Collected data entries:
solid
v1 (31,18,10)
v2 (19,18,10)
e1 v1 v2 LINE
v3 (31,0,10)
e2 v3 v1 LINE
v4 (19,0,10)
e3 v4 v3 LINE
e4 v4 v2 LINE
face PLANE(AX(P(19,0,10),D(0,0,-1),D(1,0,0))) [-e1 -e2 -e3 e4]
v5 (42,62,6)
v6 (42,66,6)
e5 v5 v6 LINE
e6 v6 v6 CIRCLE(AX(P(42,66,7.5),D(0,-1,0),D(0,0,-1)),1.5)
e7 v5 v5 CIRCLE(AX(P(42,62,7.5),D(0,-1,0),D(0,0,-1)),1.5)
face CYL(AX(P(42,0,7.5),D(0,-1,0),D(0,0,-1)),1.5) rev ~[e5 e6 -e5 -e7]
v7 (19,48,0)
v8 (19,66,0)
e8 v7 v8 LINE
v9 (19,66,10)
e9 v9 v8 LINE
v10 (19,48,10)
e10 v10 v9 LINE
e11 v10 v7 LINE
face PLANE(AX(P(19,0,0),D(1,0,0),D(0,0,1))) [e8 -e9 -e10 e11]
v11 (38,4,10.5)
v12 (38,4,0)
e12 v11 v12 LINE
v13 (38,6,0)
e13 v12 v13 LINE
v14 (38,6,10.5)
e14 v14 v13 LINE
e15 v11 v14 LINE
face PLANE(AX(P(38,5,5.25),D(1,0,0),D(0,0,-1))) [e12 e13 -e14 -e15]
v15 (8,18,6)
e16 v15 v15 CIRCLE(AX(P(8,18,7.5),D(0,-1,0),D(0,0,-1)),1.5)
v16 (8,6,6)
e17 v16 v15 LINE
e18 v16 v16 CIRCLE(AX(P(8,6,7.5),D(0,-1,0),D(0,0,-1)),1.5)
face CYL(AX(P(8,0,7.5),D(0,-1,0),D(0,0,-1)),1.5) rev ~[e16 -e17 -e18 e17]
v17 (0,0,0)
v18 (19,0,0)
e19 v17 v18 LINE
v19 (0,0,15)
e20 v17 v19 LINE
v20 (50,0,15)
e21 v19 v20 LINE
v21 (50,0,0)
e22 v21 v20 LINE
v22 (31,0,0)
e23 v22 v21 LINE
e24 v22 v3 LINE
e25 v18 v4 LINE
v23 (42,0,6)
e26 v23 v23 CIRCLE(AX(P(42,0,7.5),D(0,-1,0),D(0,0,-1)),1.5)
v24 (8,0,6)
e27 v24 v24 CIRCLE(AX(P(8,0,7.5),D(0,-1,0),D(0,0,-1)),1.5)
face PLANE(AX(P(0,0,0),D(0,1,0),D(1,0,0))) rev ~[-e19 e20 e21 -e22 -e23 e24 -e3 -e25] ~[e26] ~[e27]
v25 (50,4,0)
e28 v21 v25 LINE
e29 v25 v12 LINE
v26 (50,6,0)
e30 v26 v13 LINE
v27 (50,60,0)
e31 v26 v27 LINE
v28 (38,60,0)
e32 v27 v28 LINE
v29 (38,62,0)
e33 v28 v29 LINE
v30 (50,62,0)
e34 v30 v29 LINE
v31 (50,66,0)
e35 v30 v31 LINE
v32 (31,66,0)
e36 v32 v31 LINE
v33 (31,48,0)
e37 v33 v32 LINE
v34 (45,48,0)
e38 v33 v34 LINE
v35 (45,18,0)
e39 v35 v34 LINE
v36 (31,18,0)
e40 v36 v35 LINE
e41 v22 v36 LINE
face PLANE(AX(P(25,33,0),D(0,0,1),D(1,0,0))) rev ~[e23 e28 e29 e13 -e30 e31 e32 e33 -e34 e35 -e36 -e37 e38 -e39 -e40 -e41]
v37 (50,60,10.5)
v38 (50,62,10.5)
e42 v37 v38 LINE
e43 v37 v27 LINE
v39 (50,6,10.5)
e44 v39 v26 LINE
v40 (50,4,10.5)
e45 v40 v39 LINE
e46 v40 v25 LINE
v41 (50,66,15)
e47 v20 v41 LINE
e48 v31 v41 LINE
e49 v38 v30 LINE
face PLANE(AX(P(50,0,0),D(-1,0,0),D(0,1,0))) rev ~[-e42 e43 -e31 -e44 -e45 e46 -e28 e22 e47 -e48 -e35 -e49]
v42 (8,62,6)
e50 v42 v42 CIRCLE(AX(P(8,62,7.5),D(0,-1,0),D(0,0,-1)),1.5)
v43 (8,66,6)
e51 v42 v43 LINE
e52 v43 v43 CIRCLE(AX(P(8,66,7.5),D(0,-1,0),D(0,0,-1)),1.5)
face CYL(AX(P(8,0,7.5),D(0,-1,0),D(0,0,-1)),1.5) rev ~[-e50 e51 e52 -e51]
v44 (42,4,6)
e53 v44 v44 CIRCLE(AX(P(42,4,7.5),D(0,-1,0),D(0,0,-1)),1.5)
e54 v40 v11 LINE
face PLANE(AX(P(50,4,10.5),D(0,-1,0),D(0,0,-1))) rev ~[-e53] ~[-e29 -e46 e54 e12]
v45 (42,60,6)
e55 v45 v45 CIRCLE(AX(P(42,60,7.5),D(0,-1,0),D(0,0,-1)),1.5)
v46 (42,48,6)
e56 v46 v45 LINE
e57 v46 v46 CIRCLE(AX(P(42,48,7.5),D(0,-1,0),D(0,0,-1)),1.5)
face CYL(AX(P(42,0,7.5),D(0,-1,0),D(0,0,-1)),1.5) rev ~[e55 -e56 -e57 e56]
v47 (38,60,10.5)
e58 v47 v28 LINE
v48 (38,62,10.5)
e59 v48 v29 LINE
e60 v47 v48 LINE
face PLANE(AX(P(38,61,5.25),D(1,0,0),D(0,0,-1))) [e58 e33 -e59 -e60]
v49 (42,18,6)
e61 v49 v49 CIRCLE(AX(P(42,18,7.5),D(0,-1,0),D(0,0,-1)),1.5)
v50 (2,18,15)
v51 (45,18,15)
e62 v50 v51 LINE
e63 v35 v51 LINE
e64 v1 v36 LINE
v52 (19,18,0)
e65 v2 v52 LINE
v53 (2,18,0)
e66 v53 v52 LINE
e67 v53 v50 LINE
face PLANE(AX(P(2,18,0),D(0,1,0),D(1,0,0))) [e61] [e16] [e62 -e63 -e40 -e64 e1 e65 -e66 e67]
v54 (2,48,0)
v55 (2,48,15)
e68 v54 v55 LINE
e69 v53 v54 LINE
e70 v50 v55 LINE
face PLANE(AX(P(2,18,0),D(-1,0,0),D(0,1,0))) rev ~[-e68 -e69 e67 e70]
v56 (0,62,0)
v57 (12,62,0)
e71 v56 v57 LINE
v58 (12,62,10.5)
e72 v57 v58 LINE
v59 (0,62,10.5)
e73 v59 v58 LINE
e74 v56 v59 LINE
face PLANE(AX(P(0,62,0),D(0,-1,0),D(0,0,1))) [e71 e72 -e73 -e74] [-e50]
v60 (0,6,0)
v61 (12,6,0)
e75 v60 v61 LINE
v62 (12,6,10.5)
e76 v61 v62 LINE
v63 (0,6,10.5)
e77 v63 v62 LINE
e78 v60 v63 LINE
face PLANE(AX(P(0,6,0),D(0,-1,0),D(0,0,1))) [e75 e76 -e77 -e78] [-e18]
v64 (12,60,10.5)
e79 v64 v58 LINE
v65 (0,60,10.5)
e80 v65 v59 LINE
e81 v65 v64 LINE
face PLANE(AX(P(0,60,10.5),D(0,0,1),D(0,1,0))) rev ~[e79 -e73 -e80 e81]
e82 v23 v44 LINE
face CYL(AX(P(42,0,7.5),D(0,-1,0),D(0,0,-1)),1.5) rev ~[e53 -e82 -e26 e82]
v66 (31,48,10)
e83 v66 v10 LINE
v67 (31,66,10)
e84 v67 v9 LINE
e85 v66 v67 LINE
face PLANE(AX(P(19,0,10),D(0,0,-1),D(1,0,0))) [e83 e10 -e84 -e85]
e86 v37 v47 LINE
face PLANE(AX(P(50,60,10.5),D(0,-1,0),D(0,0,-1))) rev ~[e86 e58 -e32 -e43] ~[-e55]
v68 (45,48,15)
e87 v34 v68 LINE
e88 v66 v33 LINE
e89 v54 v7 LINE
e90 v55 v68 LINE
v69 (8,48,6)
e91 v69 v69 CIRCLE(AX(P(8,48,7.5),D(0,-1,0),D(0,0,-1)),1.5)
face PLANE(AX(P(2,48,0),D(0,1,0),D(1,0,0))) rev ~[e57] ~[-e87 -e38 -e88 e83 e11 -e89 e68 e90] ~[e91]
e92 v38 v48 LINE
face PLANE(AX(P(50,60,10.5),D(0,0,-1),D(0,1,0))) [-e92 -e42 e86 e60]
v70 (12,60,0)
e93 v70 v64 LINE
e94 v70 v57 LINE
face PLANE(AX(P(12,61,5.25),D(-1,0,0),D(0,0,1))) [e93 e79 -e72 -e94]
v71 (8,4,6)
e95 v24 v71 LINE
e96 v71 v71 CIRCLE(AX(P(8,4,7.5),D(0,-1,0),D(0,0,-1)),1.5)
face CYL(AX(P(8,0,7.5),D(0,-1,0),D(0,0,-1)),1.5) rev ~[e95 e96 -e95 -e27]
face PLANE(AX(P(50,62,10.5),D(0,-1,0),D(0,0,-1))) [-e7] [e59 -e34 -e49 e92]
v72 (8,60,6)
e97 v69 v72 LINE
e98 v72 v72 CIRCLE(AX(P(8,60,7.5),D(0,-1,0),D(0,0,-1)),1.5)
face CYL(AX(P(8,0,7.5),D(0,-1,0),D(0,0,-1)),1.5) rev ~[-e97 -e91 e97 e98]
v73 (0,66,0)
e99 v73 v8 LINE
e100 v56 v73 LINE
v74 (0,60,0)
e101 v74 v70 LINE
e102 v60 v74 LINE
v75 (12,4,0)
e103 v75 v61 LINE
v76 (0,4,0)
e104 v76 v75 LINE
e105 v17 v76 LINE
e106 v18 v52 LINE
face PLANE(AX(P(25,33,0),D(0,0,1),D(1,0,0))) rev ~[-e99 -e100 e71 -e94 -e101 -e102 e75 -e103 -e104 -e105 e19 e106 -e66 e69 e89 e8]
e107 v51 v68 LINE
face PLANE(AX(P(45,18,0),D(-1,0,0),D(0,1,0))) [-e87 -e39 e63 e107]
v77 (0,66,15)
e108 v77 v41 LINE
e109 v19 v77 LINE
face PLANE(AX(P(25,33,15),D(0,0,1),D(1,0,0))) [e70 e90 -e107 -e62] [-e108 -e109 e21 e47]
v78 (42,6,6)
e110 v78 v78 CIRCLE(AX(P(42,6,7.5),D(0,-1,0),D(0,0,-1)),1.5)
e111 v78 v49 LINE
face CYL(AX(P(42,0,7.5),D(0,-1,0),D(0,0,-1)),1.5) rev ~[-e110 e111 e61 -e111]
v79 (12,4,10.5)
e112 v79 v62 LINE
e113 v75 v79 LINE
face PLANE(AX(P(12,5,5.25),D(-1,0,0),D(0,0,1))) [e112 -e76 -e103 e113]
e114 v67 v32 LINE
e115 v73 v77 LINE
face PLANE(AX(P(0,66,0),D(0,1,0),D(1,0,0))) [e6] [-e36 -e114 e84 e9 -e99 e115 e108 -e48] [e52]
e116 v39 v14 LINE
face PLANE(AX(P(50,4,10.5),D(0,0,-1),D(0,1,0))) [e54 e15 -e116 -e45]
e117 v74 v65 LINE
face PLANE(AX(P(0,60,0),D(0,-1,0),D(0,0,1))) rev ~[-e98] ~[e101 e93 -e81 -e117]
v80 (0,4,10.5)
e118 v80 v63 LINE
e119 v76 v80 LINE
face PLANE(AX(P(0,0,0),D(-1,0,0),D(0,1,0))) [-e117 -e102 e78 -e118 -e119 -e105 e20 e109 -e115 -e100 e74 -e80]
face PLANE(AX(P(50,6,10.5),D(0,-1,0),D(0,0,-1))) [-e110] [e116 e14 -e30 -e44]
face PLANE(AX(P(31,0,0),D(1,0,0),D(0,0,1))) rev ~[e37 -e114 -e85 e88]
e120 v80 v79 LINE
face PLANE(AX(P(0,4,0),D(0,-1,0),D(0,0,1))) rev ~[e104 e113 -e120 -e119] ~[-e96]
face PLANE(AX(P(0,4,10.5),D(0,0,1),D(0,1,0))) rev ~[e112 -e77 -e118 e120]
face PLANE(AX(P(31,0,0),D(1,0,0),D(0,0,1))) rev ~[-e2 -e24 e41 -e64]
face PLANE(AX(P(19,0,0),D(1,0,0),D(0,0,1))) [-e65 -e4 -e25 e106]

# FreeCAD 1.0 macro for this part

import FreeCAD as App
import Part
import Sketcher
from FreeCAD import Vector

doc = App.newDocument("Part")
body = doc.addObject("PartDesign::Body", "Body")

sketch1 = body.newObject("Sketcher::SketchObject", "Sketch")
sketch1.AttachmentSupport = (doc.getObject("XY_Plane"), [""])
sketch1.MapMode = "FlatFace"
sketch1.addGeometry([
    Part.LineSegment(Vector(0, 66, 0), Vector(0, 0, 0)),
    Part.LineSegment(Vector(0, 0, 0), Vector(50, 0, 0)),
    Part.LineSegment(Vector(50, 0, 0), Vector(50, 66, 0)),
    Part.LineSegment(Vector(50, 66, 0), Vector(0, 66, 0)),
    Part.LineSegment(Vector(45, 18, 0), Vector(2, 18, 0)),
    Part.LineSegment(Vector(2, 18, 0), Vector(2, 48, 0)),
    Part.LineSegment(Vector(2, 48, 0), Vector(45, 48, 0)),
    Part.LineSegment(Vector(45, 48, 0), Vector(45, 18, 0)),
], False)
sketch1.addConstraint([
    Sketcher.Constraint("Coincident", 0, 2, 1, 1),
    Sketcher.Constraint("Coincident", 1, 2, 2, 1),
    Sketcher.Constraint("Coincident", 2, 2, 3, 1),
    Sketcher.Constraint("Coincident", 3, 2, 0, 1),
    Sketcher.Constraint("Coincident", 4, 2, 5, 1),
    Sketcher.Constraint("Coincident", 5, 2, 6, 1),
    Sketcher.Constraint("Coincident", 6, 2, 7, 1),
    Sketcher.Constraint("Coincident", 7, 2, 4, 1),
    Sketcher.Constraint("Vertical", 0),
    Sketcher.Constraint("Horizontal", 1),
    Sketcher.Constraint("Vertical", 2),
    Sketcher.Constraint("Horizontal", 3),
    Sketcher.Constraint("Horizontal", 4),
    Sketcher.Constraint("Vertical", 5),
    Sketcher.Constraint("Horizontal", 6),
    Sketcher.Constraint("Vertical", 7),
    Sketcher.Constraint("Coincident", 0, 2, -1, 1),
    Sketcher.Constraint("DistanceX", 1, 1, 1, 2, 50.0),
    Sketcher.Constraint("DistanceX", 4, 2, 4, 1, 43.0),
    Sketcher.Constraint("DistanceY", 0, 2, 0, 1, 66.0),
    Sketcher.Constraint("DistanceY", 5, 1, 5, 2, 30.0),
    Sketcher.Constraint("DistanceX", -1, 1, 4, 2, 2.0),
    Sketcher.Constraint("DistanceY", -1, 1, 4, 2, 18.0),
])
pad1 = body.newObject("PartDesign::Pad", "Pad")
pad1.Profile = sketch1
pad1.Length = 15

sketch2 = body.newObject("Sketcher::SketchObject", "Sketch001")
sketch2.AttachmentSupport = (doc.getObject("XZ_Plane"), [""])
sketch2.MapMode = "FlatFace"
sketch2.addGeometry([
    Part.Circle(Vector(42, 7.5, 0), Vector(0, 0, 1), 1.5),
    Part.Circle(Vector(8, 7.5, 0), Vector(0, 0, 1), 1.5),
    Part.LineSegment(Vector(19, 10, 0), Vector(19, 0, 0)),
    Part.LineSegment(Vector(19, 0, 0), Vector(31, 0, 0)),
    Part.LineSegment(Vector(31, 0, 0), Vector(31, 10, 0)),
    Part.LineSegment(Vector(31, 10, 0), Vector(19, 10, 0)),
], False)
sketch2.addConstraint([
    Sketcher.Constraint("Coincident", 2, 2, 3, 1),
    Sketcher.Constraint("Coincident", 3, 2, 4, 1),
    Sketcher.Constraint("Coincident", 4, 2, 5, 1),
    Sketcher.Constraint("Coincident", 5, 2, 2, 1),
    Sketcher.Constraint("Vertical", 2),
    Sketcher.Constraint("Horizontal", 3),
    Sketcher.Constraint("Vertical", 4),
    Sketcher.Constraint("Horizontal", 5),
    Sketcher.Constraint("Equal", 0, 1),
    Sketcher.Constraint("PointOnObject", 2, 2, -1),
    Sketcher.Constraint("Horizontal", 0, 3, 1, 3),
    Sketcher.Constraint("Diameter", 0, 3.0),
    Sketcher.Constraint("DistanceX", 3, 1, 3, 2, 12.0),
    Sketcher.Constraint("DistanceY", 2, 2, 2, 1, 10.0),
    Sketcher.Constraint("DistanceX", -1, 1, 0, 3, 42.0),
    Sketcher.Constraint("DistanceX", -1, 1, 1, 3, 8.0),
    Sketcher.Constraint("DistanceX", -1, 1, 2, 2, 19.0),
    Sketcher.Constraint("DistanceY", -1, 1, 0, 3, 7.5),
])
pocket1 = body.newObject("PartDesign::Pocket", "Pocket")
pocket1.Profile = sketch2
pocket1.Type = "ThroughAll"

What you should do: Only one stretch of the data above is needed. Restate it word for word, from the line containing "e58 v47 v28 LINE" through the line containing "e65 v2 v52 LINE", both ends included.

Result of this task:
e58 v47 v28 LINE
v48 (38,62,10.5)
e59 v48 v29 LINE
e60 v47 v48 LINE
face PLANE(AX(P(38,61,5.25),D(1,0,0),D(0,0,-1))) [e58 e33 -e59 -e60]
v49 (42,18,6)
e61 v49 v49 CIRCLE(AX(P(42,18,7.5),D(0,-1,0),D(0,0,-1)),1.5)
v50 (2,18,15)
v51 (45,18,15)
e62 v50 v51 LINE
e63 v35 v51 LINE
e64 v1 v36 LINE
v52 (19,18,0)
e65 v2 v52 LINE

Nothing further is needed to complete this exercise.